At 8am this morning I am going to address the monthly breakfast group of CTOs here in NYC. I haven’t prepared any remarks and it’s time to spend a few minutes thinking about what to talk about. Might as well think out loud on this blog.

I am going to use the words CTO and VP Engineering interchangeably in
this post, I realize there’s a difference, particularly in large
companies, but in the world we live in, the CTO or VP Engineering is the person who manages the development/engineering team.

CTOs are among the most important people in the companies we back. Many of our portfolio companies don’t have CTOs when we invest and we often are involved in recruiting one to join our companies when they get large enough that the dev team needs a manager. My partner Albert (who was a CTO at one point in his career) wrote a good post called "Hiring A VP Engineering or CTO for Non-Techie Founders". That’s a good read, including the comments we got on that post.

The last point that Albert made in his post is if you find the killer VP Engineering but it’s going to cost you more than you want to spend (cash+equity) to get them on board, you should do it anyway. I totally agree. I have seen first hand the benefits that come from having a rock solid CTO in a company. And I have also seen the disaster that can result from not having that person on board.

First and foremost, I see the CTO as a manager. Great managers are hard to find in any line of work. But managing developers is even harder. The better the developer the harder they are to manage. I assume its a bit like managing high maintenance entertainers. The best developers are artists who are often moody, are anarchists who have bursts of creativity and equally long periods of uselessness. They are strong willed people who will fight with their colleagues over anything and everything. The people who have mastered the art of managing these kinds of people are a rare breed and every great technology-based business needs one of them.
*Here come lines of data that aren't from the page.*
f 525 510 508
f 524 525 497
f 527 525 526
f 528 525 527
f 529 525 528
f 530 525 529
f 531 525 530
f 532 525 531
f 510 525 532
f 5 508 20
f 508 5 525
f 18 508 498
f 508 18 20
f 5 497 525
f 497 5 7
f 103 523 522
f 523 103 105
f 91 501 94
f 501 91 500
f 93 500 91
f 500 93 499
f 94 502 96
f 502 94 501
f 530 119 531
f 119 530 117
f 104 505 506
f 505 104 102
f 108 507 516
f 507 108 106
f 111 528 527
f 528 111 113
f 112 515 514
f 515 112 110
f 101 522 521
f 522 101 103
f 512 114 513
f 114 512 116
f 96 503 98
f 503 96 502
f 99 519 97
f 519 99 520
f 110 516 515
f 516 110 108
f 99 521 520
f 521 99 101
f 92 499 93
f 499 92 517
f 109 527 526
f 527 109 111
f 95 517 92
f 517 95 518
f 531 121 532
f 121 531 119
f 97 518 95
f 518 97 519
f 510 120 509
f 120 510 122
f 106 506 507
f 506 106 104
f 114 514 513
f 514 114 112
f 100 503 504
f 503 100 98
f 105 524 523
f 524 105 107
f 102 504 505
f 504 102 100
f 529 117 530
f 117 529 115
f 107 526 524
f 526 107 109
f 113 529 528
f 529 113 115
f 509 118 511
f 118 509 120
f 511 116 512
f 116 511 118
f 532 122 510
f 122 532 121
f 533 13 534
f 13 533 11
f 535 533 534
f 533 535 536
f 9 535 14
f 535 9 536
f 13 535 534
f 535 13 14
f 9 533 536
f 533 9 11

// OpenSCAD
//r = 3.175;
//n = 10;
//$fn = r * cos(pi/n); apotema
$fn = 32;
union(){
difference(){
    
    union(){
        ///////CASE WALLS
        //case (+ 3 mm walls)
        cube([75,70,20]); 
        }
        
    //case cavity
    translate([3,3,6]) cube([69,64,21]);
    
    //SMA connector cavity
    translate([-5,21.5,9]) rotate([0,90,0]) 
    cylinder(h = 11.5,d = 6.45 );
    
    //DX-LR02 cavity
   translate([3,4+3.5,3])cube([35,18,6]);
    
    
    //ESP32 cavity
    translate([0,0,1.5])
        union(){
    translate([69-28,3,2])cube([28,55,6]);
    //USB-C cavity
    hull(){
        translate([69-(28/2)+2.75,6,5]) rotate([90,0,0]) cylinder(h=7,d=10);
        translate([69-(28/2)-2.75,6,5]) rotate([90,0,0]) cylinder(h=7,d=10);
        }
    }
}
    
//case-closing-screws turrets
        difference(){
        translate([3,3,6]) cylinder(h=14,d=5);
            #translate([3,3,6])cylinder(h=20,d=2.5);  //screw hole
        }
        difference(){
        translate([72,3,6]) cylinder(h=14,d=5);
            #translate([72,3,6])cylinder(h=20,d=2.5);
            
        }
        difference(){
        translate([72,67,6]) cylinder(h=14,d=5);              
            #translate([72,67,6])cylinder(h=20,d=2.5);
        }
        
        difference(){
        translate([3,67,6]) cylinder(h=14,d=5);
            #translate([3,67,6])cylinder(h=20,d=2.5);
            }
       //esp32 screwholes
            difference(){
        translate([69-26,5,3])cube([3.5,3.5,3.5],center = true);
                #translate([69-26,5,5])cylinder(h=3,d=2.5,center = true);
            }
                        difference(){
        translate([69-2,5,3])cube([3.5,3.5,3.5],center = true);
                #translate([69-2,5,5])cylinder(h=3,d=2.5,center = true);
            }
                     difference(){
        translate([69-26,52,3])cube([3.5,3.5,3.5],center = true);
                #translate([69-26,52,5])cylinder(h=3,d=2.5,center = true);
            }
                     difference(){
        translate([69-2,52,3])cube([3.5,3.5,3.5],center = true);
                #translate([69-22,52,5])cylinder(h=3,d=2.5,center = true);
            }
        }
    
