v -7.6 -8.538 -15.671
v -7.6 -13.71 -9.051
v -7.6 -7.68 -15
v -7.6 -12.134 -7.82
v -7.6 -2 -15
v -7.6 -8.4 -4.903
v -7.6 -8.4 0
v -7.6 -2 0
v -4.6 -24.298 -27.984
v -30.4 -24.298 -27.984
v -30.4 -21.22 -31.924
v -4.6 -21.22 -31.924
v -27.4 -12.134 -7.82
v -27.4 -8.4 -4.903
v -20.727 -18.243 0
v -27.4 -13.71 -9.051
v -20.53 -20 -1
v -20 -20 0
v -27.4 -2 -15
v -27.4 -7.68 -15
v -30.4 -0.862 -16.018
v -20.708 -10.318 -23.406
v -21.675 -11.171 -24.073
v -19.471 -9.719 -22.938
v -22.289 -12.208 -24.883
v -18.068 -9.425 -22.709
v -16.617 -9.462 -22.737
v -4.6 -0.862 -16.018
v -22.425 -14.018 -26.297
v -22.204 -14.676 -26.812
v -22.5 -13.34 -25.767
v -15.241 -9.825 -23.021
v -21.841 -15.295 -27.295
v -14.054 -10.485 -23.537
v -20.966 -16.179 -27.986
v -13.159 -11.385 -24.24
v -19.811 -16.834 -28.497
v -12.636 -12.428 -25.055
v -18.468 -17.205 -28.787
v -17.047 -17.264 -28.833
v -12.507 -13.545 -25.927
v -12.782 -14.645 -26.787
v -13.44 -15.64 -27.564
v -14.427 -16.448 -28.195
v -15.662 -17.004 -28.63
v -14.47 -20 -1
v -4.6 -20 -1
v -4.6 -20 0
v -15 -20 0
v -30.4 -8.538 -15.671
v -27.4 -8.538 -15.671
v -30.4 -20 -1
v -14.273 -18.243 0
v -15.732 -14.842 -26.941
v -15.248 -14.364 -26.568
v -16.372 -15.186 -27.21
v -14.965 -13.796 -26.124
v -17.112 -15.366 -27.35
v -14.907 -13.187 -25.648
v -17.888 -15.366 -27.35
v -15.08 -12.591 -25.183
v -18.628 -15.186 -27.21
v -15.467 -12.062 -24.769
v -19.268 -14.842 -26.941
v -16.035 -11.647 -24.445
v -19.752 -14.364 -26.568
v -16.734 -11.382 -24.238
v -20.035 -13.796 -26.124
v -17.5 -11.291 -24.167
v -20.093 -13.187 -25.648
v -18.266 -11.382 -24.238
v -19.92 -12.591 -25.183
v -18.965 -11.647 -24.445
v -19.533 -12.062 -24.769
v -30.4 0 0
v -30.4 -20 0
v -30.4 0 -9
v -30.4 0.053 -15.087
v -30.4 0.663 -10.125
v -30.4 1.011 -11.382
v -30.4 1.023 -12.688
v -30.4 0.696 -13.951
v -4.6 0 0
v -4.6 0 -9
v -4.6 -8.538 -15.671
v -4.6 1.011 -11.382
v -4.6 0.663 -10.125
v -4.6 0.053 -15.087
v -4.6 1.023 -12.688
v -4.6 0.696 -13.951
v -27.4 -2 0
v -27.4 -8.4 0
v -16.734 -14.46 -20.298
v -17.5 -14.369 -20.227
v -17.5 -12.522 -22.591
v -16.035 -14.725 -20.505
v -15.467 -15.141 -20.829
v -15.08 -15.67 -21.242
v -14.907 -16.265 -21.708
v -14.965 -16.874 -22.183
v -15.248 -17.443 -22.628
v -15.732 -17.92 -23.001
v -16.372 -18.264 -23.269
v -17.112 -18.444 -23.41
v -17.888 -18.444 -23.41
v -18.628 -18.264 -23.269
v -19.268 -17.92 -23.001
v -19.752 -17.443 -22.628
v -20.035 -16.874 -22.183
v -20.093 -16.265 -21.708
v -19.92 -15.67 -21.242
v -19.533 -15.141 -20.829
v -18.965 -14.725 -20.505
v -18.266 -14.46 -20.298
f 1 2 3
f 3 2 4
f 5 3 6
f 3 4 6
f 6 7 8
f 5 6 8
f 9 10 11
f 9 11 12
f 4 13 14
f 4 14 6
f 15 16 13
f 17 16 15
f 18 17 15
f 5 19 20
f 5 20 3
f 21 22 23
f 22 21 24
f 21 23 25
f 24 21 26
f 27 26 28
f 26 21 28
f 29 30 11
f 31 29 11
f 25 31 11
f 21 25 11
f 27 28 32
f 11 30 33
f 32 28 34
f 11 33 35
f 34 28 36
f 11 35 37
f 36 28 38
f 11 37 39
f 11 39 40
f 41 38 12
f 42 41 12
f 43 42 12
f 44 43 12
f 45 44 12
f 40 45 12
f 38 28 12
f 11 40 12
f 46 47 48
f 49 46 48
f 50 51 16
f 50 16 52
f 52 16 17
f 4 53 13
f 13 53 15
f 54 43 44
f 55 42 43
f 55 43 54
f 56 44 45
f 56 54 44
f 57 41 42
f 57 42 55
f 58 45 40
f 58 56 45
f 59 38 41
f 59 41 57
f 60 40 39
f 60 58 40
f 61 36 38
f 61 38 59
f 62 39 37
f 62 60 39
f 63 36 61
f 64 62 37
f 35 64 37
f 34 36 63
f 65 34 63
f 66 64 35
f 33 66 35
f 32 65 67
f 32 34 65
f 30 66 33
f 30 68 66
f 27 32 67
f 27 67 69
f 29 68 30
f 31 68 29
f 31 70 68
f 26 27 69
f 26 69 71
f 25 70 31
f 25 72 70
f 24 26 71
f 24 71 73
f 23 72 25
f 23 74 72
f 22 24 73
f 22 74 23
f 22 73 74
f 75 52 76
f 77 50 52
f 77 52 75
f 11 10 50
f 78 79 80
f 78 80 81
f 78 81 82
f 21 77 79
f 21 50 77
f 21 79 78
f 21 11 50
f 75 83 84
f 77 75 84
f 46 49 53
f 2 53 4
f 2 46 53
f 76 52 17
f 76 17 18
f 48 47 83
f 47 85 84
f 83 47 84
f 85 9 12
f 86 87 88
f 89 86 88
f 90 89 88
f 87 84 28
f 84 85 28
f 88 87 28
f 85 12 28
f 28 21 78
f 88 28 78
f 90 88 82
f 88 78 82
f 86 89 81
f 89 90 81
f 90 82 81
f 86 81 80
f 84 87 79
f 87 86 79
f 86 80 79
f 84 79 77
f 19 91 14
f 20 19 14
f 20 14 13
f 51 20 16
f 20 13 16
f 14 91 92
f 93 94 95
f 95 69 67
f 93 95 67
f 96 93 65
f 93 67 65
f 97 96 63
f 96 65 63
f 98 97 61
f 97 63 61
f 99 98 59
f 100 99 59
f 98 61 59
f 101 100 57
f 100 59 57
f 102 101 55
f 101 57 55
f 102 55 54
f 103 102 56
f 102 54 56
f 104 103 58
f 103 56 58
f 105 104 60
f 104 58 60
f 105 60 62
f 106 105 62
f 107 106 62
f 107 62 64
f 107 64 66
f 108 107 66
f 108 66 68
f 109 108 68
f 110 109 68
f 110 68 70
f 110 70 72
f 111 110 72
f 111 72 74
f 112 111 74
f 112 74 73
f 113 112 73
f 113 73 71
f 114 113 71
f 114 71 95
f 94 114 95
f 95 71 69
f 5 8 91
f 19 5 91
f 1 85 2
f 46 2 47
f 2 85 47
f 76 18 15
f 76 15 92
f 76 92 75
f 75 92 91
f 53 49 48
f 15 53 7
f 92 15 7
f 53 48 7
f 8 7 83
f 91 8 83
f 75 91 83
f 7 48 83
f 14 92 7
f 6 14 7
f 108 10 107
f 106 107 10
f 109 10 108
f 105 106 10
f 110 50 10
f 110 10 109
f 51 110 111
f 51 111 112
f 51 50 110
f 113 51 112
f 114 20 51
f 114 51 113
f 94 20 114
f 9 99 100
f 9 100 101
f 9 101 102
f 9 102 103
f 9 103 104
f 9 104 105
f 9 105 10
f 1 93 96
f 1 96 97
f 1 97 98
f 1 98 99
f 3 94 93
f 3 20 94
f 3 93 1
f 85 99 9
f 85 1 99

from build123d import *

# Parameters (mm, degrees)
EXTRUDE_1_DEPTH         = 35
CUT_EXTRUDE_1_DEPTH     = 8
CUT_EXTRUDE_2_DEPTH     = 9
EXTRUDE_2_DEPTH         = 6
CUT_EXTRUDE_3_DEPTH     = 3
SKETCH_9_R              = 2.6
CUT_EXTRUDE_4_DEPTH     = 3
CUT_EXTRUDE_5_DEPTH     = 90
SKETCH_11_R             = 5
SKETCH_11_R_2           = 2.6
EXTRUDE_3_DEPTH         = 2
FILLET_1_R              = 5
CUT_EXTRUDE_6_DEPTH     = 2
CUT_EXTRUDE_START       = -31.92392812
CUT_EXTRUDE_7_OUTLINE_W = 4.6
CUT_EXTRUDE_7_OUTLINE_H = 29
CUT_EXTRUDE_7_DEPTH     = 31.92392812
SKETCH_18_W             = 19.8
SKETCH_18_H             = 6.4
CUT_EXTRUDE_8_DEPTH     = 15
SKETCH_19_W             = 19.8
SKETCH_19_H             = 2
CUT_EXTRUDE_9_DEPTH     = 3


# Read off the part's stored shape, not the designer's step: 切除-拉伸7
with BuildPart() as part:
    # 草图1 → 凸台-拉伸1 (new body)
    with BuildSketch(Plane(origin=(0, 0, 0), x_dir=(0, 0, -1), z_dir=(1, 0, 0))):
        Polygon((0, 0), (9, 0), (15.670644845, -8.538036051), (1, -20), (0, -20), align=None)
    extrude(amount=-EXTRUDE_1_DEPTH)

    # 草图5 → 切除-拉伸1 (cut)
    with BuildSketch(Plane.XY):
        Polygon((-27.4, -8.4), (-7.6, -8.4), (-7.6, -2), (-17.5, -2), (-27.4, -2), align=None)
    extrude(amount=-CUT_EXTRUDE_1_DEPTH, mode=Mode.SUBTRACT)

    # 草图6 → 切除-拉伸2 (cut)
    with BuildSketch(Plane(origin=(0, -12.904366819, -10.081996315), x_dir=(1, 0, 0), z_dir=(0, -0.788010753606721, -0.6156614753256595))):
        Polygon((-7.6, 1.307903218), (-7.6, -5.092096782), (-17.5, -5.092096782), (-27.4, -5.092096782), (-27.4, 1.307903218), align=None)
    extrude(amount=-CUT_EXTRUDE_2_DEPTH, mode=Mode.SUBTRACT)

    # 草图7 → 凸台-拉伸2 (add)
    with BuildSketch(Plane(origin=(0, 4.366330768, -5.58864853), x_dir=(-1, 0, 0), z_dir=(0, 0.6156614753256597, -0.7880107536067209))):
        Polygon((0, -5.540953278), (35, -5.540953278), (35, -16.375876547), (35, -36.375876547), (0, -36.375876547), (0, -16.375876547), align=None)
    extrude(amount=EXTRUDE_2_DEPTH)

    # 草图8 → 切除-拉伸3 (cut)
    with BuildSketch(Plane(origin=(0, 8.06029962, -10.316713052), x_dir=(-1, 0, 0), z_dir=(0, 0.6156614753256597, -0.7880107536067209))):
        with BuildLine():
            ThreePointArc((13.158784289, -23.895181856), (15.019305308, -30.717092258), (21.841215711, -28.856571239))
            Line((21.841215711, -28.856571239), (13.158784289, -23.895181856))
        make_face()
        with BuildLine():
            Line((13.158784289, -23.895181856), (21.841215711, -28.856571239))
            ThreePointArc((21.841215711, -28.856571239), (22.332498244, -27.659216223), (22.5, -26.375876547))
            ThreePointArc((22.5, -26.375876547), (18.783339676, -21.543378304), (13.158784289, -23.895181856))
        make_face()
    extrude(amount=-CUT_EXTRUDE_3_DEPTH, mode=Mode.SUBTRACT)

    # 草图9 → 切除-拉伸4 (cut)
    with BuildSketch(Plane(origin=(0, 6.213315194, -7.952680791), x_dir=(-1, 0, 0), z_dir=(0, 0.6156614753256597, -0.7880107536067209))):
        with Locations(Location((17.5, -26.375876547, 0), (0, 0, 90))):
            Circle(SKETCH_9_R)
    extrude(amount=-CUT_EXTRUDE_4_DEPTH, mode=Mode.SUBTRACT)

    # 草图10 → 切除-拉伸5 (cut)
    with BuildSketch(Plane(origin=(0, 0, 0), x_dir=(0, 0, -1), z_dir=(1, 0, 0))):
        Polygon((12.940053768, 3.078307377), (31.92392812, -21.219943746), (32.711938873, -20.604282271), (13.728064522, 3.693968852), align=None)
    extrude(amount=-CUT_EXTRUDE_5_DEPTH, mode=Mode.SUBTRACT)

    # 草图11 → 凸台-拉伸3 (add)
    with BuildSketch(Plane(origin=(0, 7.444638145, -9.528702298), x_dir=(-1, 0, 0), z_dir=(0, 0.6156614753256598, -0.7880107536067208))):
        with Locations((17.5, -26.375876547)):
            Circle(SKETCH_11_R)
        with Locations(Location((17.5, -26.375876547, 0), (0, 0, 90))):
            Circle(SKETCH_11_R_2, mode=Mode.SUBTRACT)
    extrude(amount=-EXTRUDE_3_DEPTH)

    # 圆角1
    fillet_1_edges = [part.edges().sort_by_distance(p)[0] for p in [
        (-17.5, 3.078307377, -12.940053768),
    ]]
    fillet(fillet_1_edges, radius=FILLET_1_R - 0.0001)  # a hair under: the kernel refuses the full size

    # 草图16 → 切除-拉伸6 (cut)
    with BuildSketch(Plane(origin=(0, -12.904366819, -10.081996315), x_dir=(1, 0, 0), z_dir=(0, -0.788010753606721, -0.6156614753256595))):
        Polygon((-27.4, 1.307903218), (-20, 12.313229507), (-15, 12.313229507), (-7.6, 1.307903218), align=None)
    extrude(amount=-CUT_EXTRUDE_6_DEPTH, mode=Mode.SUBTRACT)

    # 切除-拉伸7 outline → 切除-拉伸7 (cut)
    with BuildSketch(Plane.XY.offset(CUT_EXTRUDE_START)):
        with Locations((-32.7, -11.5)):
            Rectangle(CUT_EXTRUDE_7_OUTLINE_W, CUT_EXTRUDE_7_OUTLINE_H)
        with Locations((-2.3, -11.5)):
            Rectangle(CUT_EXTRUDE_7_OUTLINE_W, CUT_EXTRUDE_7_OUTLINE_H)
    extrude(amount=CUT_EXTRUDE_7_DEPTH, mode=Mode.SUBTRACT)

    # 草图18 → 切除-拉伸8 (cut)
    with BuildSketch(Plane.XY):
        with Locations((-17.5, -5.2)):
            Rectangle(SKETCH_18_W, SKETCH_18_H)
    extrude(amount=-CUT_EXTRUDE_8_DEPTH, mode=Mode.SUBTRACT)

    # 草图19 → 切除-拉伸9 (cut)
    with BuildSketch(Plane(origin=(0, -12.904366819, -10.081996315), x_dir=(1, 0, 0), z_dir=(0, -0.788010753606721, -0.6156614753256595))):
        with Locations((-17.5, -6.092096782)):
            Rectangle(SKETCH_19_W, SKETCH_19_H)
    extrude(amount=-CUT_EXTRUDE_9_DEPTH, mode=Mode.SUBTRACT)


solid = part.part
I have found that for young companies a "player/manager" often works best. If you can find someone who is or has been a world class developer who also has the ability and more importantly desire to manage a team of at least ten developers, do it. That person, by virtue of their engineering talent and prowess, will be able to manage a small group effectively. And they can contribute to the development too which at crunch time is incredibly valuable.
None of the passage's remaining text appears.